* What this task involves *
Copy each line below in which the word "translate" occurs.

* Study material *

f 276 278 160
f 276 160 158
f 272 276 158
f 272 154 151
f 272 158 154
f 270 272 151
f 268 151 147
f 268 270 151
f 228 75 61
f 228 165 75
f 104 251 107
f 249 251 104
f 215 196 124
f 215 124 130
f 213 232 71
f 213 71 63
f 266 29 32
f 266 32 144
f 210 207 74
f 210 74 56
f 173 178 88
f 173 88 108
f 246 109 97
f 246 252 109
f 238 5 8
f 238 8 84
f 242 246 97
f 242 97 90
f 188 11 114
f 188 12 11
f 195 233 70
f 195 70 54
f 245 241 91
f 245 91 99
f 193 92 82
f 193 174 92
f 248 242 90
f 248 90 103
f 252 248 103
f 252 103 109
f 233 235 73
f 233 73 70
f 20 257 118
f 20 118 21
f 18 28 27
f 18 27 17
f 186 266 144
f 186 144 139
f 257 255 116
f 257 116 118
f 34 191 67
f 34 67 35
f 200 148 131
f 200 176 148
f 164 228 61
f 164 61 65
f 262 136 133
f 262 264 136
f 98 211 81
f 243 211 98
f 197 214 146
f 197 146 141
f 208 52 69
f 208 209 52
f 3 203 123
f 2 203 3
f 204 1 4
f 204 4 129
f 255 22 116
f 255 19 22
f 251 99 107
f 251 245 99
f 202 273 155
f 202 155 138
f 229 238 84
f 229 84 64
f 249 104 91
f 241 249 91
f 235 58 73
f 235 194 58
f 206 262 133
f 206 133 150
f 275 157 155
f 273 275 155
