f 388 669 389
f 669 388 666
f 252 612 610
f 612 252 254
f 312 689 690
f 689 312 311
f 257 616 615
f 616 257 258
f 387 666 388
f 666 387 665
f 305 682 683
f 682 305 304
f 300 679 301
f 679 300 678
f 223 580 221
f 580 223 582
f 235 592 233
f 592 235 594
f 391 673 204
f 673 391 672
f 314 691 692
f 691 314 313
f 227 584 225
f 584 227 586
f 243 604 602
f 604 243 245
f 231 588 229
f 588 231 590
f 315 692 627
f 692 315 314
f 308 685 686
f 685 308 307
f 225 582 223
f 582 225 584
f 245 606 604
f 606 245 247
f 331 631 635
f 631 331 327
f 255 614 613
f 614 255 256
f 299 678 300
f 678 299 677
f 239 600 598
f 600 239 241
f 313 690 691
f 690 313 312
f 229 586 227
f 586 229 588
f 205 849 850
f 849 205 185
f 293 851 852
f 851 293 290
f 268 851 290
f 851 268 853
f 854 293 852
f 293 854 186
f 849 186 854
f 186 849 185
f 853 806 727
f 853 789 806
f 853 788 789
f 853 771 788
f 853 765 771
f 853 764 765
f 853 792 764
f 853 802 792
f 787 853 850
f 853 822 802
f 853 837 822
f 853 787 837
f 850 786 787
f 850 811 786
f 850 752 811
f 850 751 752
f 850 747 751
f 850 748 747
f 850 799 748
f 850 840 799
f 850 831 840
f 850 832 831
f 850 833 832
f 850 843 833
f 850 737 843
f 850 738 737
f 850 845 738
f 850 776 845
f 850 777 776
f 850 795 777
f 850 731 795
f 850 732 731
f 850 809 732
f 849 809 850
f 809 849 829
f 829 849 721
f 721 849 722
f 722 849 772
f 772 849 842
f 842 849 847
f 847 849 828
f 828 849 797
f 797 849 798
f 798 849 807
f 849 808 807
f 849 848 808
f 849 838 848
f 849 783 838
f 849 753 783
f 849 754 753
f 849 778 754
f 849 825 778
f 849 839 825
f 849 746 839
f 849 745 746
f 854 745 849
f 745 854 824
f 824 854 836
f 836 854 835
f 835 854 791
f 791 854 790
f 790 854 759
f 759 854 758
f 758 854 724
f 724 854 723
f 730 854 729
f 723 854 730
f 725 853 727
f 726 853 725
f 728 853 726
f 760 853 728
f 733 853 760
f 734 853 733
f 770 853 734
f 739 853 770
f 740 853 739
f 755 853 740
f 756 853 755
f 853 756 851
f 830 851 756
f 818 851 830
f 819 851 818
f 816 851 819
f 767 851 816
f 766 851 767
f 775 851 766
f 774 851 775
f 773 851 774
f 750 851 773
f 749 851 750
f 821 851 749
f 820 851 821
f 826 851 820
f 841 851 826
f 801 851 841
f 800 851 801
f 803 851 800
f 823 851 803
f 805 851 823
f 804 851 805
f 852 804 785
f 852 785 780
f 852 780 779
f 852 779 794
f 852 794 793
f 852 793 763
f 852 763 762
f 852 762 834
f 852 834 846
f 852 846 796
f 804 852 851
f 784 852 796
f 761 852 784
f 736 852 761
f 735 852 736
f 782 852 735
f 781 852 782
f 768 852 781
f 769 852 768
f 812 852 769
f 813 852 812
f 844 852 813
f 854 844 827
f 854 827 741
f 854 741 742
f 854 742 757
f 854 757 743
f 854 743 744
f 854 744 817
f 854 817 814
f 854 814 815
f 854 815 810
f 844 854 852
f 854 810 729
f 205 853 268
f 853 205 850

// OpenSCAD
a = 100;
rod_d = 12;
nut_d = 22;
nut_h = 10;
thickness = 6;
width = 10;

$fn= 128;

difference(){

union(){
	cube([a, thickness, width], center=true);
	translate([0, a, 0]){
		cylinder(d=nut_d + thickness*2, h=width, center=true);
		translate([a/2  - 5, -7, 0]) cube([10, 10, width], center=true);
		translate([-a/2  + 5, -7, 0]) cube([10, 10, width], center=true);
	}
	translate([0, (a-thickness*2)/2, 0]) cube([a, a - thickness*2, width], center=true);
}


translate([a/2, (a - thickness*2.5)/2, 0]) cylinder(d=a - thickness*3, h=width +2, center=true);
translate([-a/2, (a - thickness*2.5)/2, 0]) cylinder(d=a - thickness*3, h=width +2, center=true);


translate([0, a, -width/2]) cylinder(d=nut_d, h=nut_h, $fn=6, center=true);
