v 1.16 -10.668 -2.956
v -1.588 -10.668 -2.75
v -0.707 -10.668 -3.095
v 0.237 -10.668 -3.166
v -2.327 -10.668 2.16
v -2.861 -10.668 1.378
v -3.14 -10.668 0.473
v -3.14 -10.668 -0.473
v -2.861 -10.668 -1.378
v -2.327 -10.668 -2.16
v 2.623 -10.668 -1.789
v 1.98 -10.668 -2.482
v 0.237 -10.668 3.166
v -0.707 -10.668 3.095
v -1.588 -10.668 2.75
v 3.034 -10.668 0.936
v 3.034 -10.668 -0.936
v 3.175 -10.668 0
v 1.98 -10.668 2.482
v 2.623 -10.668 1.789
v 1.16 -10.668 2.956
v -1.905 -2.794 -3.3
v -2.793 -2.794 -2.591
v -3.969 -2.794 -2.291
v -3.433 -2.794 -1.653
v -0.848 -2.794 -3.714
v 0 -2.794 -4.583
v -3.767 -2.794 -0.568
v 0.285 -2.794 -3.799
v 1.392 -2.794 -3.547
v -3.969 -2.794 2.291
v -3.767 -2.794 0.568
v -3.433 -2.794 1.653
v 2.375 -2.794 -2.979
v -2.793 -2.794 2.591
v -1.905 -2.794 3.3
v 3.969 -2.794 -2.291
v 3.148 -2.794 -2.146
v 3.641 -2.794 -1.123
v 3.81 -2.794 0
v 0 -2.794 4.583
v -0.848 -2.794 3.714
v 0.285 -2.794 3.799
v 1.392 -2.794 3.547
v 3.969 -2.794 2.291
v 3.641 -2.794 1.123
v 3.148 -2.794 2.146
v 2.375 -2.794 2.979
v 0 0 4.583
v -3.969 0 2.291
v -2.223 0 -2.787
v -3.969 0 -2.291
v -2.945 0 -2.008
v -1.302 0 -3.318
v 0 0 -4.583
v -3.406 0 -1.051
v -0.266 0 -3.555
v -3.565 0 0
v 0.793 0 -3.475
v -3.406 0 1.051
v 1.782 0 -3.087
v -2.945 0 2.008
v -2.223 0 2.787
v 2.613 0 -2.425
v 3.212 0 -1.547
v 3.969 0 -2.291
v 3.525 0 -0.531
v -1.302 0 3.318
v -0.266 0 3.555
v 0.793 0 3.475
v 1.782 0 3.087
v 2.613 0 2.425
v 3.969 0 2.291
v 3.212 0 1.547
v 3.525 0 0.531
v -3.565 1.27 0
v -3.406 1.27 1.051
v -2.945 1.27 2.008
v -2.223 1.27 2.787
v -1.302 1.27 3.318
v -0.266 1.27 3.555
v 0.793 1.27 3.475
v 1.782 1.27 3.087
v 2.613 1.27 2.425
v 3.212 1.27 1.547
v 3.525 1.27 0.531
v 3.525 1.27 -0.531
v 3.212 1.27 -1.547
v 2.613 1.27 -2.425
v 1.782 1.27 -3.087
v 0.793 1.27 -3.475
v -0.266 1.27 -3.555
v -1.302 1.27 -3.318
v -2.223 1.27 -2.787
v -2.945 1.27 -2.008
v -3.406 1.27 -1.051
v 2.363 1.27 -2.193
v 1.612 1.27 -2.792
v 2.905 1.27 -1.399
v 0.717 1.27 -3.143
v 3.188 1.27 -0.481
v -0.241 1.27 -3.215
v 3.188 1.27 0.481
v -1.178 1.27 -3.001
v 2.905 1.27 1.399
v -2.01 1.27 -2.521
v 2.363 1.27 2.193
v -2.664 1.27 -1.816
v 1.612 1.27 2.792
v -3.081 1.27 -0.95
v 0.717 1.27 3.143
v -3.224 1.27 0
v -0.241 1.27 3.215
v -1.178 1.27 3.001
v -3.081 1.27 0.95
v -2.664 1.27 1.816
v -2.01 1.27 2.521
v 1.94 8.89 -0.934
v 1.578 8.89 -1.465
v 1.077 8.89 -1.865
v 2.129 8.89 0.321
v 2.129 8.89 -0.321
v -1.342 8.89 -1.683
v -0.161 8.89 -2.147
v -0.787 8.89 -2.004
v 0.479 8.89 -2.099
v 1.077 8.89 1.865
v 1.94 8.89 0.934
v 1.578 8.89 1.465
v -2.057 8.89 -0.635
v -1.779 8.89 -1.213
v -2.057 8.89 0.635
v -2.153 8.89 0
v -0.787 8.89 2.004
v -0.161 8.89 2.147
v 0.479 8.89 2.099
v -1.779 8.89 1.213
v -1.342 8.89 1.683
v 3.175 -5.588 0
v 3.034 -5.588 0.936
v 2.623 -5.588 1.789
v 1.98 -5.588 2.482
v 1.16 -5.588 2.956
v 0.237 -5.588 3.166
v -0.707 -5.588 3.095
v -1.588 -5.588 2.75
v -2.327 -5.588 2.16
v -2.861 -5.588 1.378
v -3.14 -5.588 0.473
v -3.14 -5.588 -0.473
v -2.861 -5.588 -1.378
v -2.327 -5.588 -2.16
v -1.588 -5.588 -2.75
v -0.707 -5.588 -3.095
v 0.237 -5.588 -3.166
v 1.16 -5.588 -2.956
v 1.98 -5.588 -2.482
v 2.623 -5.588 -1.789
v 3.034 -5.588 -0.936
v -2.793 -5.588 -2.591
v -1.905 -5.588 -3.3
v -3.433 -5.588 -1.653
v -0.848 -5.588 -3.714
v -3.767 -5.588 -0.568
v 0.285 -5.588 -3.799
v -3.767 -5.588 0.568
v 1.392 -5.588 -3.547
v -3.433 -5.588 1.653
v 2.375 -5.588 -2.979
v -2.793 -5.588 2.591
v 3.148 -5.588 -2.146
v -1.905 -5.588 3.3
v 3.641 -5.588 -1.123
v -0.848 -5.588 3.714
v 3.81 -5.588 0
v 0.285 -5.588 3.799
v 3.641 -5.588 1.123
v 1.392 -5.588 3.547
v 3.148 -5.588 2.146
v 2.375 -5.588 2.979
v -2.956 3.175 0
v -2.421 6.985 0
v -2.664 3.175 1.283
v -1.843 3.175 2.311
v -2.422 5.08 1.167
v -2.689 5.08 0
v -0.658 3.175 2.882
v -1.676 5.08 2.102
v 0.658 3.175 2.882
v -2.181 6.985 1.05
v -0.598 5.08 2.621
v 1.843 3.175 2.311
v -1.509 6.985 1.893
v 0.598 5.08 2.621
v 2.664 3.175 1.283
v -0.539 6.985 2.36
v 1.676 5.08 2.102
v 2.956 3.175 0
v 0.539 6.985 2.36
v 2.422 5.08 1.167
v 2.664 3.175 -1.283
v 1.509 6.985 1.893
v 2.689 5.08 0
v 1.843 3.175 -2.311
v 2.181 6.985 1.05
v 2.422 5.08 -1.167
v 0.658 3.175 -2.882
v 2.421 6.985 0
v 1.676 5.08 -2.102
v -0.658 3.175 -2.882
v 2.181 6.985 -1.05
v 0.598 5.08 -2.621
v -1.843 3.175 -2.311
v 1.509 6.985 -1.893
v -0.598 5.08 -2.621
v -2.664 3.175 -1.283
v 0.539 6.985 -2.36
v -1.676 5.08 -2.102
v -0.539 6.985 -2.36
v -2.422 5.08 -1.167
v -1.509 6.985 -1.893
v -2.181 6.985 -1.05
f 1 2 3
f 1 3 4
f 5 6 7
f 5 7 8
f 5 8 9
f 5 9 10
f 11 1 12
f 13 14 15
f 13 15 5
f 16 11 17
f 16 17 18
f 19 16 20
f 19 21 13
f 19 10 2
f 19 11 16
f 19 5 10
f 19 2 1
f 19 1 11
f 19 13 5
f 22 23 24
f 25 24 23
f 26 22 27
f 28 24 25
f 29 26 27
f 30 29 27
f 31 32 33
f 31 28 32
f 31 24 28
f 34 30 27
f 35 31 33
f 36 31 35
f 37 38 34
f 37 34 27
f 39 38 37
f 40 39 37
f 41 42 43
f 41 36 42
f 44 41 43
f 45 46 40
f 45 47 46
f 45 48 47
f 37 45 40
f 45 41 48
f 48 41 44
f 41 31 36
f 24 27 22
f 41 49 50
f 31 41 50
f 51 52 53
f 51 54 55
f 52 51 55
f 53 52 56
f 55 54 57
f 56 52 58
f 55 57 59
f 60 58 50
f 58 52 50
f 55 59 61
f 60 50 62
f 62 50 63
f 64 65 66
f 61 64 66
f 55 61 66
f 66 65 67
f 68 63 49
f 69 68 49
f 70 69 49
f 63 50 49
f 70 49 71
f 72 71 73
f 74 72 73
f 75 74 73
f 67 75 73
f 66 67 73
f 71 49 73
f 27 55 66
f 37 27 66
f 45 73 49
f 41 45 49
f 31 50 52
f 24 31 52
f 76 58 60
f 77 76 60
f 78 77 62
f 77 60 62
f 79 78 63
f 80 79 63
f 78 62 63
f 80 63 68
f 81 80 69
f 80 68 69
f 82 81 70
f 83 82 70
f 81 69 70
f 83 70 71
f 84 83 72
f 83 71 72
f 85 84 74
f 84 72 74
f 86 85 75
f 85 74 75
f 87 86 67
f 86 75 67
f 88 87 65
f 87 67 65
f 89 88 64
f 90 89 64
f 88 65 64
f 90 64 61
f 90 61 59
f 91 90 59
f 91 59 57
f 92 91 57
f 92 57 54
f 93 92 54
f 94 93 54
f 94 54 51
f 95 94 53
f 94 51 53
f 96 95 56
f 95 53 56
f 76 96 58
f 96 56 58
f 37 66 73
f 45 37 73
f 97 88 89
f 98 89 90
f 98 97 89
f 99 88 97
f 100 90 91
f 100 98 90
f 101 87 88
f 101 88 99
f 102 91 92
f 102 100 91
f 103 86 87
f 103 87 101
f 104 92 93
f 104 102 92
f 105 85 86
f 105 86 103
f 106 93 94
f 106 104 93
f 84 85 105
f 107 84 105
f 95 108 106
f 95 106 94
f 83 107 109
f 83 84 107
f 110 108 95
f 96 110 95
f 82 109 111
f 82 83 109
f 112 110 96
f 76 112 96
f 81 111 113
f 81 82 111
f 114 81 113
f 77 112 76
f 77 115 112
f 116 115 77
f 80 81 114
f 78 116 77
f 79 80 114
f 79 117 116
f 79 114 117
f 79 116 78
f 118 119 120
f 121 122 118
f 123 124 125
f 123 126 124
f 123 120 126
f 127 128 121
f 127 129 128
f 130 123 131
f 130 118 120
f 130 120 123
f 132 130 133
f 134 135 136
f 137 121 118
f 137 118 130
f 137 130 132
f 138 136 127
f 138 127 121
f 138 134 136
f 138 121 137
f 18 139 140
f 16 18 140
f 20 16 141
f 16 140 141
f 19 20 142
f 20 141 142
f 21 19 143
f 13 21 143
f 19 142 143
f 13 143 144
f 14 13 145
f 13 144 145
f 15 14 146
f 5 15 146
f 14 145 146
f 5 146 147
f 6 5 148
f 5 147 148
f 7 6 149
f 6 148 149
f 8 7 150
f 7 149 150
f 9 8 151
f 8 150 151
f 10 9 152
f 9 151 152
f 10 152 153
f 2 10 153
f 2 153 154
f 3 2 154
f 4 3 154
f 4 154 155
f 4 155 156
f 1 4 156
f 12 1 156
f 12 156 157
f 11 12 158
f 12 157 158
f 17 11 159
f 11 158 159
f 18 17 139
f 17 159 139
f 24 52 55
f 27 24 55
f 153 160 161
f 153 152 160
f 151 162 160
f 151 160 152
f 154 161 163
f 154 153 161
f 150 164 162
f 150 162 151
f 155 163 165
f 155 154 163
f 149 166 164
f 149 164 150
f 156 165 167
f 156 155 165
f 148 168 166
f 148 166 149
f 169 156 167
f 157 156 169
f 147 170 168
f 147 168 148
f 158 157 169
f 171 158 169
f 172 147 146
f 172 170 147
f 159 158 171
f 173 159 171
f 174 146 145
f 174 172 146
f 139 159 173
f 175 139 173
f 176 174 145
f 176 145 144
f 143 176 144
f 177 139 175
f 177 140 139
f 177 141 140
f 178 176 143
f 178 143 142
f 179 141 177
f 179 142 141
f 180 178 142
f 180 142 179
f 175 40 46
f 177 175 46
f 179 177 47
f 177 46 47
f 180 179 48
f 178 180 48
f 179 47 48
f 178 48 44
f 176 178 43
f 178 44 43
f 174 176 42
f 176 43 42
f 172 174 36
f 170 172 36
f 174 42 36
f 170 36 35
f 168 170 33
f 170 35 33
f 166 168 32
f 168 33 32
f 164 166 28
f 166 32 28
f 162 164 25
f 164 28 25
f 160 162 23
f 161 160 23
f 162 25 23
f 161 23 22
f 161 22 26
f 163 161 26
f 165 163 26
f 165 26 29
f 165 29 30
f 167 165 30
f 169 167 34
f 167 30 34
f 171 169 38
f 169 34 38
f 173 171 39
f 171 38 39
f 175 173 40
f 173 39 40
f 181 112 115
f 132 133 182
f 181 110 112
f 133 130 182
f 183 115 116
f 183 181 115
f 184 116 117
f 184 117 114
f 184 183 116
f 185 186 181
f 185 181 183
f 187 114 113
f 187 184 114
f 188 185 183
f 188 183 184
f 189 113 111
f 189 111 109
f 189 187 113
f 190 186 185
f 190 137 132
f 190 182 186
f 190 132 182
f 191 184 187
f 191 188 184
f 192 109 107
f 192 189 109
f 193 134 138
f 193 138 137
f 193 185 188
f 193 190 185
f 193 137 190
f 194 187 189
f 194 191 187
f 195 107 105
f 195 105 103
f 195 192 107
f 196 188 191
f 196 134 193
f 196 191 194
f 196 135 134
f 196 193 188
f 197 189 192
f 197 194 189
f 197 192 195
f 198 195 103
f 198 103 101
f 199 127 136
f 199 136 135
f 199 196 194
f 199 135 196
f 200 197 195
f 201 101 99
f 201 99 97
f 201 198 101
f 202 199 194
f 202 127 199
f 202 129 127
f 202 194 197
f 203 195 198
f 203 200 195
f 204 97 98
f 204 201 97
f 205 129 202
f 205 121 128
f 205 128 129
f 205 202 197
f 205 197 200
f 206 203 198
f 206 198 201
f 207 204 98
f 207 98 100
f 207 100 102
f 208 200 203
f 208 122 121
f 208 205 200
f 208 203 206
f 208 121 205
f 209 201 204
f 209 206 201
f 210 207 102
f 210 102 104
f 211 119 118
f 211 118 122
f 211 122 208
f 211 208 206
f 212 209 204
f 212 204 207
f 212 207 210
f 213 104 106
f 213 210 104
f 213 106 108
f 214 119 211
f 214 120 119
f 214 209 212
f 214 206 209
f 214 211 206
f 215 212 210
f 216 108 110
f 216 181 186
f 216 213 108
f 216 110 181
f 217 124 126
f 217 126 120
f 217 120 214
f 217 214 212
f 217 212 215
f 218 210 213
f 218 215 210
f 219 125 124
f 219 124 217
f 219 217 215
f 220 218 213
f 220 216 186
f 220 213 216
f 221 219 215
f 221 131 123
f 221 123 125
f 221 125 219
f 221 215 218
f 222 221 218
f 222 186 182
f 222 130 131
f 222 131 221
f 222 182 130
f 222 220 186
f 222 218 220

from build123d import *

# Parameters (mm, degrees)
F1_DEPTH = 2.794
F2_R     = 3.81
F3_DEPTH = 2.794
F4_R     = 3.175
F5_DEPTH = 5.08
F6_R     = 3.5648567011
F7_DEPTH = 1.27
F8_R     = 3.2240766962
F9_DEPTH = 7.62
F9_TAPER = 8


with BuildPart() as f1:
    # F0 (on Front) → F1 (new body)
    with BuildSketch(Plane.XZ):
        Polygon((3.96875, -2.2913588808), (3.96875, 2.2913588808), (0, 4.5827177617), (-3.96875, 2.2913588808), (-3.96875, -2.2913588808), (0, -4.5827177617), align=None)
    extrude(amount=F1_DEPTH)

    # F2 (on face) → F3 (join)
    with BuildSketch(Plane.XZ.offset(2.794)):
        Circle(F2_R)
    extrude(amount=F3_DEPTH)

    # F4 (on face) → F5 (join)
    with BuildSketch(Plane.XZ.offset(5.588)):
        Circle(F4_R)
    extrude(amount=F5_DEPTH)

    # F6 (on face) → F7 (join)
    with BuildSketch(Plane(origin=(0, 0, 0), x_dir=(-1, 0, 0), z_dir=(0, 1, 0))):
        Circle(F6_R)
    extrude(amount=F7_DEPTH)

    # F8 (on face) → F9 (join)
    with BuildSketch(Plane(origin=(0, 1.27, 0), x_dir=(-1, 0, 0), z_dir=(0, 1, 0))):
        Circle(F8_R)
    extrude(amount=F9_DEPTH, taper=F9_TAPER)


solid = f1.part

* Output of the task *
	translate([0, a, 0]){
		translate([a/2  - 5, -7, 0]) cube([10, 10, width], center=true);
		translate([-a/2  + 5, -7, 0]) cube([10, 10, width], center=true);
	translate([0, (a-thickness*2)/2, 0]) cube([a, a - thickness*2, width], center=true);
translate([a/2, (a - thickness*2.5)/2, 0]) cylinder(d=a - thickness*3, h=width +2, center=true);
translate([-a/2, (a - thickness*2.5)/2, 0]) cylinder(d=a - thickness*3, h=width +2, center=true);
translate([0, a, -width/2]) cylinder(d=nut_d, h=nut_h, $fn=6, center=true);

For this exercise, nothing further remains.